Le vin, la chasse et les belles, voilà le refrain de Bourbon
(Wine, hunting, and beauties, that’s the Bourbon refrain): the words of the House of Condé’s fanfare “La Bourbon” fill the air.

The infanta becomes infatuated with a hedgehog.

MADRID, NOVEMBER 3, 1724

Through the Eyes of a Courtier

M. de Tessé, after a visit to Louise Élisabeth, writes to M. de Morville:

I had the honor of kissing her hand and found her much grown, and more slovenly and dirtier than a serving wench in a tavern. I remember the late dauphine used to say that princesses were so beautiful in all descriptions of them that anybody who approached one must find something else entirely. Between you and me, monsieur, if such a person were doing business in one of the third-floor establishments on rue Fro-menteau or rue des Boucheries, I doubt that a crowd would gather there to bring her their pennies. (November 3)

A second dowager queen, but a whore of the first order. He has an unheated imagination, the old Count de Tessé, who deems Louise Élisabeth too dirty and slovenly to attract the patrons of a low-end brothel. As for attracting them, perhaps not; but as for satisfying them, she has the requirements.

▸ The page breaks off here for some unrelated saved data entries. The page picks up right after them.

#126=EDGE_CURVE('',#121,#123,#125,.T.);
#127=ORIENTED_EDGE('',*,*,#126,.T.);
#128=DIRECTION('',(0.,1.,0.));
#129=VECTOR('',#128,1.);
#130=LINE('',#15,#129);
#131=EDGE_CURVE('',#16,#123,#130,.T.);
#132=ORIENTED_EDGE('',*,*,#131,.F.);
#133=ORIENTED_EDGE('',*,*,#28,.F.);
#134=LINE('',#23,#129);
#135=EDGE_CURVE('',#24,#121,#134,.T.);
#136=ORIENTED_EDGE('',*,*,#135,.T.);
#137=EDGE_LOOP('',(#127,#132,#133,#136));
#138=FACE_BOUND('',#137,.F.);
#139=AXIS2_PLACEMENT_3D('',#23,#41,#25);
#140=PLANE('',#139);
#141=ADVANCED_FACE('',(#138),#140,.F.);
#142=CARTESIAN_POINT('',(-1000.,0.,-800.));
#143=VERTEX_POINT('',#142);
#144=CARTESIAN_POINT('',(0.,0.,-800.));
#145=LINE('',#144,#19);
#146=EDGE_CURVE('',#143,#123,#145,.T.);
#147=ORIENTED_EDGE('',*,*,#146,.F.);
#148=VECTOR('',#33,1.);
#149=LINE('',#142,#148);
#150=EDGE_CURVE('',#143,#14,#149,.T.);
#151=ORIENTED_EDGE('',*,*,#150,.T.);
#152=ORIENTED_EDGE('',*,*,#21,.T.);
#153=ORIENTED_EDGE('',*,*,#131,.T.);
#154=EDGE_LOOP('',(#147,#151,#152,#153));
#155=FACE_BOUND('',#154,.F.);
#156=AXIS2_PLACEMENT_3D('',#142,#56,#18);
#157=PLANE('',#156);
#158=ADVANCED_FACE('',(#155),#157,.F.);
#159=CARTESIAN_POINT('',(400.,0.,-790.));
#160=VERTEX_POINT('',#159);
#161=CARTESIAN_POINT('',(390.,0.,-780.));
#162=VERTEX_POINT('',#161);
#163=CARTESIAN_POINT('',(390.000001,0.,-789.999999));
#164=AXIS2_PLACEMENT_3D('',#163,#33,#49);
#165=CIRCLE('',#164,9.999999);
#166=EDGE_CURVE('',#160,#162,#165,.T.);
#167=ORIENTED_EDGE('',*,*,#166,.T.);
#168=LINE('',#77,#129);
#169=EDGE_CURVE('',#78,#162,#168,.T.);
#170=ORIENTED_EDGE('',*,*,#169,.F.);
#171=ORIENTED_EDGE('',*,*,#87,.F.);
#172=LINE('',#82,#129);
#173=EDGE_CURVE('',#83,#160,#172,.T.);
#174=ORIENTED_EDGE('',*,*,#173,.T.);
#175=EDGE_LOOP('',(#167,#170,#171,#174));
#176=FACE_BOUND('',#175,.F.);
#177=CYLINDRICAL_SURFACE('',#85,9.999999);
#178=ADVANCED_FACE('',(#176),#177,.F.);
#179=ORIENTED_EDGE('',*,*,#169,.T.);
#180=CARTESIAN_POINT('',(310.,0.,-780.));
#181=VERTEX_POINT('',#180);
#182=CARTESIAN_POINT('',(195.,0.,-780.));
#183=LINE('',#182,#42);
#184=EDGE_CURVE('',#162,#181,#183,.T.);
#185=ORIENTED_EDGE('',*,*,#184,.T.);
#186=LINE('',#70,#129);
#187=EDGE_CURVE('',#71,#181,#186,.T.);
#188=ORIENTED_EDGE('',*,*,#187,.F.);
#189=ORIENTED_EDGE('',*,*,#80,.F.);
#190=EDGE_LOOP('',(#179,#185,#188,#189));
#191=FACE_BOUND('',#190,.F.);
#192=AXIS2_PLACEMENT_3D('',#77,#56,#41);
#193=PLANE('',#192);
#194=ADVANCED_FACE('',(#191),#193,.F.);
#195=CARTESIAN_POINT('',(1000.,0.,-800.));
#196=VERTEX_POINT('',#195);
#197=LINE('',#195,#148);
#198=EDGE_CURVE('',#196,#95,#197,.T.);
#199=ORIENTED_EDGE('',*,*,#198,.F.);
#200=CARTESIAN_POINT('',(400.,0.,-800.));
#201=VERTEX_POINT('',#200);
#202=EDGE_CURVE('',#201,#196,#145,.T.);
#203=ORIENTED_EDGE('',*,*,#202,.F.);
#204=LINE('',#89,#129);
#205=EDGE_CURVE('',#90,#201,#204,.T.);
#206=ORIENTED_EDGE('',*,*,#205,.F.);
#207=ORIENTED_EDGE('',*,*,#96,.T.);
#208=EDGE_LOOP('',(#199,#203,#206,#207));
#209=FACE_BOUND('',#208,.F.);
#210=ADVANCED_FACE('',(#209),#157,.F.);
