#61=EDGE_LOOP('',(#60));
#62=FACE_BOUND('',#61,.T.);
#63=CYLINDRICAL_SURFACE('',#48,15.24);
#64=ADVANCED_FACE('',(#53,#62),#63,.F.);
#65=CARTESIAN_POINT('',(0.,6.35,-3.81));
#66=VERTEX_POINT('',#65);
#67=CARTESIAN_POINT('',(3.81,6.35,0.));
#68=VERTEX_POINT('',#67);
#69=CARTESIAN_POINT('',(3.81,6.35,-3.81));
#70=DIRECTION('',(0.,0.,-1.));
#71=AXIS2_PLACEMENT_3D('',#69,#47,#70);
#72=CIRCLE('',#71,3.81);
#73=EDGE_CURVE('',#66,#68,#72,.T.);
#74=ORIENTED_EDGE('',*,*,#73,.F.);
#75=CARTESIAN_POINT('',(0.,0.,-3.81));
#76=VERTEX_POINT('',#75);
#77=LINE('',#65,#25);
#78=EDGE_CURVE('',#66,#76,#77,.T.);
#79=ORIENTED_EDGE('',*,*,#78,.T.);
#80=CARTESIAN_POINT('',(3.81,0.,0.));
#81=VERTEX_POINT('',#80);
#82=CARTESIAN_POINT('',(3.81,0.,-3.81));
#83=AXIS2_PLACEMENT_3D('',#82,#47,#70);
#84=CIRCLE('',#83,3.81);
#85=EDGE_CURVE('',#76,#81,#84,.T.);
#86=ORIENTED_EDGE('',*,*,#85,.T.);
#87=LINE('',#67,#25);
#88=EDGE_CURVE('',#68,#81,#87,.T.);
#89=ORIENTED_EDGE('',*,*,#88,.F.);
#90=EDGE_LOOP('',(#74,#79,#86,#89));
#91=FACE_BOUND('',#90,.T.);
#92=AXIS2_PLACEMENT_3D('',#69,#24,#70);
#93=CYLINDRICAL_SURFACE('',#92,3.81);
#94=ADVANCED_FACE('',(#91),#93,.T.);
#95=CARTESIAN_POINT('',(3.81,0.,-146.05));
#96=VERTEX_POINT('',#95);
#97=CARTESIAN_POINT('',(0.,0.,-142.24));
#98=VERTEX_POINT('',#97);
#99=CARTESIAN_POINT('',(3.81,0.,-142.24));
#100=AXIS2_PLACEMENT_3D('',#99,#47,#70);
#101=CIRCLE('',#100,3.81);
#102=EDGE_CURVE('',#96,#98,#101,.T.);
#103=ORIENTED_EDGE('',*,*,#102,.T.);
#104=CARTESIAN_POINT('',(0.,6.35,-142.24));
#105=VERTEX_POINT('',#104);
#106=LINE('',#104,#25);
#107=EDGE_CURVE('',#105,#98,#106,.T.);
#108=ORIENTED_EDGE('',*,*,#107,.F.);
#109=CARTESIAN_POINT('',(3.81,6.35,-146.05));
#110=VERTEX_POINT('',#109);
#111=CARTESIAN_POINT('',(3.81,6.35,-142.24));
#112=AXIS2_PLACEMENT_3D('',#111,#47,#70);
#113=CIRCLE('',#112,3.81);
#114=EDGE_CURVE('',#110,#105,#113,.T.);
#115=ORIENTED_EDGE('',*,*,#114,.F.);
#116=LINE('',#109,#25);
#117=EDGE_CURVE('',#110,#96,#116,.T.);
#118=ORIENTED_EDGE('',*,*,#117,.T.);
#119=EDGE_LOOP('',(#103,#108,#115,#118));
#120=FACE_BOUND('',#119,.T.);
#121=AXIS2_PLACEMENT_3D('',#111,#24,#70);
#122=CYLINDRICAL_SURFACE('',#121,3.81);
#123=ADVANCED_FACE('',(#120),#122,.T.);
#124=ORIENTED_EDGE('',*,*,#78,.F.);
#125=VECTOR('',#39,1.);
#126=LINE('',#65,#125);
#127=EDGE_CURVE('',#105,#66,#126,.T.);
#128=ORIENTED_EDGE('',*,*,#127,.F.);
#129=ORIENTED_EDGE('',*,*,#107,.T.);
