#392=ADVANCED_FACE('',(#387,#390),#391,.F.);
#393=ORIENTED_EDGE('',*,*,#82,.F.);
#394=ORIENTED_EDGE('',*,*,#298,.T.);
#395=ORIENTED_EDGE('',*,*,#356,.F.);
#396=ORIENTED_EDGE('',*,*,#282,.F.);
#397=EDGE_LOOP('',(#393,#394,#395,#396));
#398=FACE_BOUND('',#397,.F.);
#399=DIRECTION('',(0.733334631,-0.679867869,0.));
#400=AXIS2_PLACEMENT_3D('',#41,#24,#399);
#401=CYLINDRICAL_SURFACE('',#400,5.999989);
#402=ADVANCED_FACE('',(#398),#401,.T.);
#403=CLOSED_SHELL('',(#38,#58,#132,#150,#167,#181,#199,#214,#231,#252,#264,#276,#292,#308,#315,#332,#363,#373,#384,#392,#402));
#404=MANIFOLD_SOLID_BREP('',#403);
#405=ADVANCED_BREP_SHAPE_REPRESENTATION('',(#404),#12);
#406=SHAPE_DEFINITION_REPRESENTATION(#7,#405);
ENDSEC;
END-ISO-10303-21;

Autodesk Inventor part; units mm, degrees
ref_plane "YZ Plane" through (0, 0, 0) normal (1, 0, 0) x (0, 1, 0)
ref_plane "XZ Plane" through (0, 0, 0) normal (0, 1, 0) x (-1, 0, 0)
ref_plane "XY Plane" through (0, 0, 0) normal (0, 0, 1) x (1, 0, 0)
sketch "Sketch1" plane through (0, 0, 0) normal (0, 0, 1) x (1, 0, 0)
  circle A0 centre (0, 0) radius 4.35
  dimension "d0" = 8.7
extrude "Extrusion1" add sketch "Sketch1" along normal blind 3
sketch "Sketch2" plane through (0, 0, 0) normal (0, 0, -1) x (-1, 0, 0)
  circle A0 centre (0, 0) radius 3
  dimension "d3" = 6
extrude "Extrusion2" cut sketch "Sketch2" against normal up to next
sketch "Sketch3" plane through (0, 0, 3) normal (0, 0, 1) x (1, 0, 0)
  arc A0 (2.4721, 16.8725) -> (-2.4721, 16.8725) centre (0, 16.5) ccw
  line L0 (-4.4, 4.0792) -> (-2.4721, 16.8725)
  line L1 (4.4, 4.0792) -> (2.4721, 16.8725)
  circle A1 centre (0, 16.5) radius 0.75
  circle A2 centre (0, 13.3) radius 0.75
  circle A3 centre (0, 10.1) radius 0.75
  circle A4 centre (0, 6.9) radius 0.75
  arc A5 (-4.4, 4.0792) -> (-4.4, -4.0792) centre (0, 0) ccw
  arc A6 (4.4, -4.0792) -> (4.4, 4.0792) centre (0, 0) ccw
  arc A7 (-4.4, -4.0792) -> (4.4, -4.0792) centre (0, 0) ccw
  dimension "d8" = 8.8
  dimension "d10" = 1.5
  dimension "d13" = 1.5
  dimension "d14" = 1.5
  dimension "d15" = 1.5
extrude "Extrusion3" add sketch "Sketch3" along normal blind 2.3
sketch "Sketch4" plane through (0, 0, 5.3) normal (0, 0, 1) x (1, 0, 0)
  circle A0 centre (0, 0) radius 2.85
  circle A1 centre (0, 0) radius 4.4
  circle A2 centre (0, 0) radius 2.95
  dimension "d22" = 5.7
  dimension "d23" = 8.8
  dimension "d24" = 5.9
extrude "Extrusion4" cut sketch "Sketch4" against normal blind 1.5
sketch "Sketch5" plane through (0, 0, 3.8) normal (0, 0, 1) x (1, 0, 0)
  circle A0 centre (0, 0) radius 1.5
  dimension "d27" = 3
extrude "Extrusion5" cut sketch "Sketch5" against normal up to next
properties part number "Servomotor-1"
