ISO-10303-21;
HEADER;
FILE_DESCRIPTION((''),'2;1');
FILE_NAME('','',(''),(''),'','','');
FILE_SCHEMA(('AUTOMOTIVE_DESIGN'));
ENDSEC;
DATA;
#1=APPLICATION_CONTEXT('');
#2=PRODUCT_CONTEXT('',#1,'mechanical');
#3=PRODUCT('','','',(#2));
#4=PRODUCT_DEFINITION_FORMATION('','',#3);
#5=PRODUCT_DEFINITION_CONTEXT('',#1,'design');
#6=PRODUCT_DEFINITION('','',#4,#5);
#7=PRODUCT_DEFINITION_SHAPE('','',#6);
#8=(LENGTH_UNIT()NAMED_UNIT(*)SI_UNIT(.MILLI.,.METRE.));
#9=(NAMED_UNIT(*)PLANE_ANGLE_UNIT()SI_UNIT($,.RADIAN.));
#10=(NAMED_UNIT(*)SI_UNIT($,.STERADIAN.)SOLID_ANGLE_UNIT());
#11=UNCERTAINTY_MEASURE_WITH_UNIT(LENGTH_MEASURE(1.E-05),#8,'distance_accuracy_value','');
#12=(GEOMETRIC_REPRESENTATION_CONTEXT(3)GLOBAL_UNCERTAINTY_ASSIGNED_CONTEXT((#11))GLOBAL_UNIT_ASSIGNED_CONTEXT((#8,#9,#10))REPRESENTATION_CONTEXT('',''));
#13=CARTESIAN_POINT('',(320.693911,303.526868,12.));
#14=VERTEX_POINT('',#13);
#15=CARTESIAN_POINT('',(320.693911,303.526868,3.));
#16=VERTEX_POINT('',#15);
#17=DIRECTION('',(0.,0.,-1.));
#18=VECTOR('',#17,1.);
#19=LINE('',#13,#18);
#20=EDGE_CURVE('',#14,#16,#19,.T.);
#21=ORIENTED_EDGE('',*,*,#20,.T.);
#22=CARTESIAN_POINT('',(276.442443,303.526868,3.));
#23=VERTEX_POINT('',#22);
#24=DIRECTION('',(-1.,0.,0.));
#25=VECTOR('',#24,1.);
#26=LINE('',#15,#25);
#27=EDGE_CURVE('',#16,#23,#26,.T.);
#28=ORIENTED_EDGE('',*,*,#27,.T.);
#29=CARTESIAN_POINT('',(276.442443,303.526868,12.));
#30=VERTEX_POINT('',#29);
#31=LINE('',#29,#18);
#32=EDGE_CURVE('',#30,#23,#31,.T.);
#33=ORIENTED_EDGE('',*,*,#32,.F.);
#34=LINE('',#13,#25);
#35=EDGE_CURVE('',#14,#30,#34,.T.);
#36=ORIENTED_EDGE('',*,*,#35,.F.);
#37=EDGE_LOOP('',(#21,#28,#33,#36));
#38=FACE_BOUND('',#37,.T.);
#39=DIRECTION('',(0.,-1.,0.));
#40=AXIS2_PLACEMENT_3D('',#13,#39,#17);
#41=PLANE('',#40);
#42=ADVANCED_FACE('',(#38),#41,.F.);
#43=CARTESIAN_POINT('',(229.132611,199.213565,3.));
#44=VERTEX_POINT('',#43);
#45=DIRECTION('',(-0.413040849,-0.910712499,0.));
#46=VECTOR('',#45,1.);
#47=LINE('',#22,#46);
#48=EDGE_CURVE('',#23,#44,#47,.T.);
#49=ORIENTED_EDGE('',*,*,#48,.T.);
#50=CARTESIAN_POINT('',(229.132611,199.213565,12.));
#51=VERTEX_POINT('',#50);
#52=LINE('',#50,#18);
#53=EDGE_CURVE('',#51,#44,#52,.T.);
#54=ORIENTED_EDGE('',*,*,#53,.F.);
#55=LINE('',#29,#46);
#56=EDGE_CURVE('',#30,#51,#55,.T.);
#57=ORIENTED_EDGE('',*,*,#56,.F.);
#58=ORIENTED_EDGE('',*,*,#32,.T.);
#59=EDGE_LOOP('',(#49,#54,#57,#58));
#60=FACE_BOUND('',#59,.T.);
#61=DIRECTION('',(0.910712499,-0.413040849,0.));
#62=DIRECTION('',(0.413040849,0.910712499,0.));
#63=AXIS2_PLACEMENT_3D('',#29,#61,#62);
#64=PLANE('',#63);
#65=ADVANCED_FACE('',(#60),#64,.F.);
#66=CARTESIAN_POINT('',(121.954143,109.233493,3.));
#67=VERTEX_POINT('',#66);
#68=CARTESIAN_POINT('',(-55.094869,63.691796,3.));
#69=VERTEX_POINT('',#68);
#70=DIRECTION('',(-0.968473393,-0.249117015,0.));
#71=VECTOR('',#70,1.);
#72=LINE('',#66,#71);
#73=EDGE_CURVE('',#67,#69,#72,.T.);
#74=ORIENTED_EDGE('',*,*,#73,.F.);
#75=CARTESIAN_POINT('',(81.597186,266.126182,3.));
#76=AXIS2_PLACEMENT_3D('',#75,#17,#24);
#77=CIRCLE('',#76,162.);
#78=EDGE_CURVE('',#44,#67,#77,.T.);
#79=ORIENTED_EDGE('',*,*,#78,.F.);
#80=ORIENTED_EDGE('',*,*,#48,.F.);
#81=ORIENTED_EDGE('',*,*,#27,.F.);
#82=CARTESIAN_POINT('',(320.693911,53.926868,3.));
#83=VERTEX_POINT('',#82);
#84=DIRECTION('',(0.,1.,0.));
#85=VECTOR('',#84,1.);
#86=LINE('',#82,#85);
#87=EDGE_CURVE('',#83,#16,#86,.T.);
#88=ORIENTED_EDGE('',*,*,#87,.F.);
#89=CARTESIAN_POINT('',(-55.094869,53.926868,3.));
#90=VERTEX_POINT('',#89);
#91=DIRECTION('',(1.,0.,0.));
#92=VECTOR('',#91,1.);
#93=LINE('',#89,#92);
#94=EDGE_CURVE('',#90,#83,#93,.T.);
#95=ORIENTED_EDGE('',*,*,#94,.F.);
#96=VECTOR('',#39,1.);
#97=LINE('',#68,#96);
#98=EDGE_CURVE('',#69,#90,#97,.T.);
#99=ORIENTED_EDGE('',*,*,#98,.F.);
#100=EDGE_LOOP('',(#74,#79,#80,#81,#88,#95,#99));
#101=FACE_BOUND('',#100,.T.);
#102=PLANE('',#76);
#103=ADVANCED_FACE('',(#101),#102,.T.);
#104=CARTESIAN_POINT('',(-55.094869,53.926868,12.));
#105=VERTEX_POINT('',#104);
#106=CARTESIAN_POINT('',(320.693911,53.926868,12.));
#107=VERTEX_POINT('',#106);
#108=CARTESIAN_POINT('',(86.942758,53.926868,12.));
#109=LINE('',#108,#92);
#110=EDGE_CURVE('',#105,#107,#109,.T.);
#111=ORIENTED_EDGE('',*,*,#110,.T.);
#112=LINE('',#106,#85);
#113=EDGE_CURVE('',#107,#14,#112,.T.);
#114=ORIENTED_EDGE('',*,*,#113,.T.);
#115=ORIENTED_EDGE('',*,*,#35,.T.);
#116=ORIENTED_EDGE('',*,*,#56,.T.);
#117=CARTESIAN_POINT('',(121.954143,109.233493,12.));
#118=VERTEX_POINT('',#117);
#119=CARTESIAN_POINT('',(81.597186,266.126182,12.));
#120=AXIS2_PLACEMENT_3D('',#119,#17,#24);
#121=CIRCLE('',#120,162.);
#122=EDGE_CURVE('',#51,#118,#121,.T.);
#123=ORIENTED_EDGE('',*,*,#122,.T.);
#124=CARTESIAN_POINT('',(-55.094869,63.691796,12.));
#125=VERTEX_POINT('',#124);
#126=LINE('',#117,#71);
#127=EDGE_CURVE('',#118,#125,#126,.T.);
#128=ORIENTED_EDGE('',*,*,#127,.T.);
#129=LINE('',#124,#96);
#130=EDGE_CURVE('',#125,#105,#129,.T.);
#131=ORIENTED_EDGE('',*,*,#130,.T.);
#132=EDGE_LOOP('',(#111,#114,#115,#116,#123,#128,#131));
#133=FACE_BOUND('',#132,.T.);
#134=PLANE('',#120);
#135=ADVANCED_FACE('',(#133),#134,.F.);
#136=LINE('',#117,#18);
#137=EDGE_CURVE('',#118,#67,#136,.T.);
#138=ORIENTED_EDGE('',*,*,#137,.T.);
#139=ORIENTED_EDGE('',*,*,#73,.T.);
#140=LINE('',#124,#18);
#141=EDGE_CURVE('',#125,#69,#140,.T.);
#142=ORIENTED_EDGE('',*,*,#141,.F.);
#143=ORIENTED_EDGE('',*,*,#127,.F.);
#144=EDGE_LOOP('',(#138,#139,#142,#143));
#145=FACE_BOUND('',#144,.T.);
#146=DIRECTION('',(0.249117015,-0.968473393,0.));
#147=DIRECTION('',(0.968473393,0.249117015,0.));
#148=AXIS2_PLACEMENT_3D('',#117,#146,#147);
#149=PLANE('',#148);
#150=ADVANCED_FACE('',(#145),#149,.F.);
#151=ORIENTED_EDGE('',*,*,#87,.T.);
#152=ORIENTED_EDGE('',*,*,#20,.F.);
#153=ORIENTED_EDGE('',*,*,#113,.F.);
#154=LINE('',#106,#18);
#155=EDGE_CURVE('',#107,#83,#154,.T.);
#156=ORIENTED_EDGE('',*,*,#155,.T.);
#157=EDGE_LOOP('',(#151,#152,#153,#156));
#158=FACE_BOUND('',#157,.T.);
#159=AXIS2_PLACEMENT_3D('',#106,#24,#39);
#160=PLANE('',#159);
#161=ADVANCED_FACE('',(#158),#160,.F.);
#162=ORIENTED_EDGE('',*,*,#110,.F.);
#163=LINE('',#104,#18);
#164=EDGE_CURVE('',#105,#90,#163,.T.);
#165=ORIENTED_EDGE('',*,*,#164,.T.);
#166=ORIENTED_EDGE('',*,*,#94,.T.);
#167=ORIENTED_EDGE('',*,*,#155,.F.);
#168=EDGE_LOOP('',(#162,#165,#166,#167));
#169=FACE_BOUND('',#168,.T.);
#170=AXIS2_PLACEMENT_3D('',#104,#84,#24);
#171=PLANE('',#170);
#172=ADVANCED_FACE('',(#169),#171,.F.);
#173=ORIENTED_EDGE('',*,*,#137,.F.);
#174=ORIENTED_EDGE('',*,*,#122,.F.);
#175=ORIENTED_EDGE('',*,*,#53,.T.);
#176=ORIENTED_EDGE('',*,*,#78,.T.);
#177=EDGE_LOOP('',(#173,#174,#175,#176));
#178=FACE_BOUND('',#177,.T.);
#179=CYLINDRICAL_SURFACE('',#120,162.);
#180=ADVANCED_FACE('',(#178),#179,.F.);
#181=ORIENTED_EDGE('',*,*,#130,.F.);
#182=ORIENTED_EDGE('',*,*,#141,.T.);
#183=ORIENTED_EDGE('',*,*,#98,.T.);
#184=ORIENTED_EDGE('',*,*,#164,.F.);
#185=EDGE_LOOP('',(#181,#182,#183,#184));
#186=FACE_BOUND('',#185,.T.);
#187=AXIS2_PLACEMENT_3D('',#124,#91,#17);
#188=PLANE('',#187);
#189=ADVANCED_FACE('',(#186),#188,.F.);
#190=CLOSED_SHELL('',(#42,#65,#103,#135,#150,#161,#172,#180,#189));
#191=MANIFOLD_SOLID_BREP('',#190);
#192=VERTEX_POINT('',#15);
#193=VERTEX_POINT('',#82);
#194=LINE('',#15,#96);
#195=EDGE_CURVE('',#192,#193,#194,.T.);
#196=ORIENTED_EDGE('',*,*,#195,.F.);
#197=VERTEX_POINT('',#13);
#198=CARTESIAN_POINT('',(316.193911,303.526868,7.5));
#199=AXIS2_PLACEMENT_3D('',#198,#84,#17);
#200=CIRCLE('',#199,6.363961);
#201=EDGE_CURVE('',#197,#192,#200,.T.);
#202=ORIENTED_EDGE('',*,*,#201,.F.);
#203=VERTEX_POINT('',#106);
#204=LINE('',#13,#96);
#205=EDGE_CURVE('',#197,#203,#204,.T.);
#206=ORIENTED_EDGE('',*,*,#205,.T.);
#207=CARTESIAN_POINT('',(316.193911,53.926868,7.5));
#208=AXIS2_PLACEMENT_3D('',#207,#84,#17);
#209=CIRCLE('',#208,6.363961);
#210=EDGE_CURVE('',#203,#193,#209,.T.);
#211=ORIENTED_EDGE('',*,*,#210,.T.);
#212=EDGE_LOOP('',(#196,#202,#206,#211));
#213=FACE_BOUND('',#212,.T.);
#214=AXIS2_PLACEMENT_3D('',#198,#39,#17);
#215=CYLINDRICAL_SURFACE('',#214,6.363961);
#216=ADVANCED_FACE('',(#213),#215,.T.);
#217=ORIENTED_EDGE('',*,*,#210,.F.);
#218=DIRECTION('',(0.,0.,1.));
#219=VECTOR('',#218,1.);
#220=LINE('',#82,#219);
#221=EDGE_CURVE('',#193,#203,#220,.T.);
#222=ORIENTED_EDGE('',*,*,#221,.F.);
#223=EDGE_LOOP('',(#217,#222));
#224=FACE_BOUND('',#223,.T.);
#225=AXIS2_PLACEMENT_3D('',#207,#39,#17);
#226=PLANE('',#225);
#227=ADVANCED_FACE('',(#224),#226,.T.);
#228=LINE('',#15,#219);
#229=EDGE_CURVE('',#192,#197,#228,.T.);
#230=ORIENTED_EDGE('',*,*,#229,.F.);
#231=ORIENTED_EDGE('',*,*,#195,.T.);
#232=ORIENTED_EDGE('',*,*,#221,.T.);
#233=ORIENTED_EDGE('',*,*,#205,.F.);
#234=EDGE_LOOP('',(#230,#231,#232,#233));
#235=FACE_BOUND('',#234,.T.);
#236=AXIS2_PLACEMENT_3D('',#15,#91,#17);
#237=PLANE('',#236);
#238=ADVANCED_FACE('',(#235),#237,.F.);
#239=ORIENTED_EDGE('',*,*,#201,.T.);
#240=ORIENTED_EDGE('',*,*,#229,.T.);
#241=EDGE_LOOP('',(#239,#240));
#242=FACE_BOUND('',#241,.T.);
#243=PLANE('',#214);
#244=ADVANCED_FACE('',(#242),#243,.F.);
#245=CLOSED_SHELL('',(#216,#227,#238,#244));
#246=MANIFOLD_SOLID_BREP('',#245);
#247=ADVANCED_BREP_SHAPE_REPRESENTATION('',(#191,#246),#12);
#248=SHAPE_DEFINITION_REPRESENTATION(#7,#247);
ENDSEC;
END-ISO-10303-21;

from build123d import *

# Parameters (mm, degrees)
BOSS_EXTRUDE1_DEPTH      = 15
SCALE1_SCALE             = 0.6
BOSS_EXTRUDE3_DEPTH      = 119.026868
BOSS_EXTRUDE3_DEPTH_BACK = 130.573132


with BuildPart() as part:
    # Sketch1 → Boss-Extrude1 (new body)
    with BuildSketch(Plane.XY):
        with BuildLine():
            Line((-236.729376996, 0), (0, 0))
            Line((0, 0), (389.585255443, 0))
            Line((389.585255443, 0), (389.585255443, 416))
            Line((389.585255443, 416), (315.832809595, 416))
            Line((315.832809595, 416), (236.983089551, 242.144494596))
            ThreePointArc((236.983089551, 242.144494596), (164.696190822, 146.877858304), (58.352308735, 92.177707838))
            Line((58.352308735, 92.177707838), (-236.729376996, 16.274880501))
            Line((-236.729376996, 16.274880501), (-236.729376996, 0))
        make_face()
    extrude(amount=BOSS_EXTRUDE1_DEPTH)


with BuildPart() as part_1:
    # Scale1: scaled about (217.356894213, 134.817169742, 7.5)
    add(part.part.scale(SCALE1_SCALE).moved(Location((86.942757685, 53.926867897, 3))))


with BuildPart() as body_2:
    # Sketch3 → Boss-Extrude3 (new, two sides: drawn at the far end of the back side and taken through both)
    with BuildSketch(Plane(origin=(0, 184.5, 0), x_dir=(1, 0, 0), z_dir=(0, 1, 0)).offset(-BOSS_EXTRUDE3_DEPTH_BACK)):
        with BuildLine():
            Line((320.693910951, -3), (320.693910951, -12))
            ThreePointArc((320.693910951, -12), (322.557871982, -7.5), (320.693910951, -3))
        make_face()
    extrude(amount=BOSS_EXTRUDE3_DEPTH + BOSS_EXTRUDE3_DEPTH_BACK)


solid = Compound([part_1.part, body_2.part])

FONTAINEBLEAU, END OF NOVEMBER 1724

The Smoothness of the Pumpkin

Fontainebleau awakens in mist. A milky white blanket lies over the ponds, the gardens, the woods. The infanta is at her window. She adores this cloud-wrapped world and the way the sun soon fritters it away. She lets herself be dressed, babbling the while, and then, without interrupting her monologue, she begins her morning tour. The rooms are still in darkness, lit only by the flames flaring up in some unextin-guished hearths. With some assistance, she clambers up on a wooden chest and there she sits, dangling her legs in the air. The wooden chests at Fontainebleau serve the function of her stepladder at Versailles. They put her at a good height for observing the courtiers’ various movements and especially for spotting the specific form of agitation that precedes an appearance of the king. On such occasions, she gets down from her wooden chest and hurries to her apartments to be made up and more fetchingly arrayed.